* _About this task_: I would like every record below transcribed exactly as it is.

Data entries
======
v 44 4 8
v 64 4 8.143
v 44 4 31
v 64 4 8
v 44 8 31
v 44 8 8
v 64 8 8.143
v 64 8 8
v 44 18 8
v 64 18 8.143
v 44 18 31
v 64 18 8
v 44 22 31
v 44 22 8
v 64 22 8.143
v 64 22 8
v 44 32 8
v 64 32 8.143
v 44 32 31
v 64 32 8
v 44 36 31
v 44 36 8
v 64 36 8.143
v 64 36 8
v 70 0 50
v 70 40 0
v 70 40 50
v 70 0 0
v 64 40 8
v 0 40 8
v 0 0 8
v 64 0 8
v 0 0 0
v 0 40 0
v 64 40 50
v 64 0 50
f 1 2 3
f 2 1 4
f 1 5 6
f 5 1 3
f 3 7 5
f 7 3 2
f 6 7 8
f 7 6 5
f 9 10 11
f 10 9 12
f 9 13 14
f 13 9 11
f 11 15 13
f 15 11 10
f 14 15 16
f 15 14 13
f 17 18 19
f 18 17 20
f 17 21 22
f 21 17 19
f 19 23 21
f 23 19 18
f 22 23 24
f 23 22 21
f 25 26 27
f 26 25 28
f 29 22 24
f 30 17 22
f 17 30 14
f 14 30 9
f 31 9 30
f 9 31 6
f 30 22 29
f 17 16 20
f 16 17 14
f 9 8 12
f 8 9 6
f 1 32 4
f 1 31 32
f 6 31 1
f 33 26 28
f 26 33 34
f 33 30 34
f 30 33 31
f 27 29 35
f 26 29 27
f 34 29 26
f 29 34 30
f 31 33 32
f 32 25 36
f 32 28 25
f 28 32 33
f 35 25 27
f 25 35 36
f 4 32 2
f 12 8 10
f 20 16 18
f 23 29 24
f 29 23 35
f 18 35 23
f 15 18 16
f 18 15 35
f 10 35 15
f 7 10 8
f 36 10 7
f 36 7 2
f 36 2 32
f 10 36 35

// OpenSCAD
$fn = 32;

// ----------------------------------------------------------------------
// Rib bracket: 3-gusset L bracket
// ----------------------------------------------------------------------

// --- parameters (mm) ---
base_l = 70;              // foot length, X
base_w = 40;              // foot width, Y
base_t = 8;               // foot thickness
plate_t = 6;              // upright plate thickness
plate_h = 50;             // overall height
gus_l = 20;               // gusset leg along the foot
gus_h = 24;               // gusset height
gus_t = 4;                // gusset thickness
gus_edge = 4;             // gusset margin from the foot edge
n_gus = 3;                // gusset count

gus_pitch = (base_w - 2 * gus_edge - gus_t) / (n_gus - 1);  // gusset pitch

union() {
  cube([base_l, base_w, base_t]);
  translate([base_l - plate_t, 0, base_t - 1])
    cube([plate_t, base_w, plate_h - base_t + 1]);
  for (i = [0 : n_gus - 1])
    translate([base_l - plate_t - gus_l, gus_edge + i * gus_pitch, base_t - 1])
      rotate([-90, 0, 0])
        linear_extrude(height = gus_t)
          polygon(points = [[0, 0], [gus_l + 1, 0], [0, -gus_h]]);
}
======
* _Completed exercise_:
v 44 4 8
v 64 4 8.143
v 44 4 31
v 64 4 8
v 44 8 31
v 44 8 8
v 64 8 8.143
v 64 8 8
v 44 18 8
v 64 18 8.143
v 44 18 31
v 64 18 8
v 44 22 31
v 44 22 8
v 64 22 8.143
v 64 22 8
v 44 32 8
v 64 32 8.143
v 44 32 31
v 64 32 8
v 44 36 31
v 44 36 8
v 64 36 8.143
v 64 36 8
v 70 0 50
v 70 40 0
v 70 40 50
v 70 0 0
v 64 40 8
v 0 40 8
v 0 0 8
v 64 0 8
v 0 0 0
v 0 40 0
v 64 40 50
v 64 0 50
f 1 2 3
f 2 1 4
f 1 5 6
f 5 1 3
f 3 7 5
f 7 3 2
f 6 7 8
f 7 6 5
f 9 10 11
f 10 9 12
f 9 13 14
f 13 9 11
f 11 15 13
f 15 11 10
f 14 15 16
f 15 14 13
f 17 18 19
f 18 17 20
f 17 21 22
f 21 17 19
f 19 23 21
f 23 19 18
f 22 23 24
f 23 22 21
f 25 26 27
f 26 25 28
f 29 22 24
f 30 17 22
f 17 30 14
f 14 30 9
f 31 9 30
f 9 31 6
f 30 22 29
f 17 16 20
f 16 17 14
f 9 8 12
f 8 9 6
f 1 32 4
f 1 31 32
f 6 31 1
f 33 26 28
f 26 33 34
f 33 30 34
f 30 33 31
f 27 29 35
f 26 29 27
f 34 29 26
f 29 34 30
f 31 33 32
f 32 25 36
f 32 28 25
f 28 32 33
f 35 25 27
f 25 35 36
f 4 32 2
f 12 8 10
f 20 16 18
f 23 29 24
f 29 23 35
f 18 35 23
f 15 18 16
f 18 15 35
f 10 35 15
f 7 10 8
f 36 10 7
f 36 7 2
f 36 2 32
f 10 36 35

// OpenSCAD
$fn = 32;

// ----------------------------------------------------------------------
// Rib bracket: 3-gusset L bracket
// ----------------------------------------------------------------------

// --- parameters (mm) ---
base_l = 70;              // foot length, X
base_w = 40;              // foot width, Y
base_t = 8;               // foot thickness
plate_t = 6;              // upright plate thickness
plate_h = 50;             // overall height
gus_l = 20;               // gusset leg along the foot
gus_h = 24;               // gusset height
gus_t = 4;                // gusset thickness
gus_edge = 4;             // gusset margin from the foot edge
n_gus = 3;                // gusset count

gus_pitch = (base_w - 2 * gus_edge - gus_t) / (n_gus - 1);  // gusset pitch

union() {
  cube([base_l, base_w, base_t]);
  translate([base_l - plate_t, 0, base_t - 1])
    cube([plate_t, base_w, plate_h - base_t + 1]);
  for (i = [0 : n_gus - 1])
    translate([base_l - plate_t - gus_l, gus_edge + i * gus_pitch, base_t - 1])
      rotate([-90, 0, 0])
        linear_extrude(height = gus_t)
          polygon(points = [[0, 0], [gus_l + 1, 0], [0, -gus_h]]);
}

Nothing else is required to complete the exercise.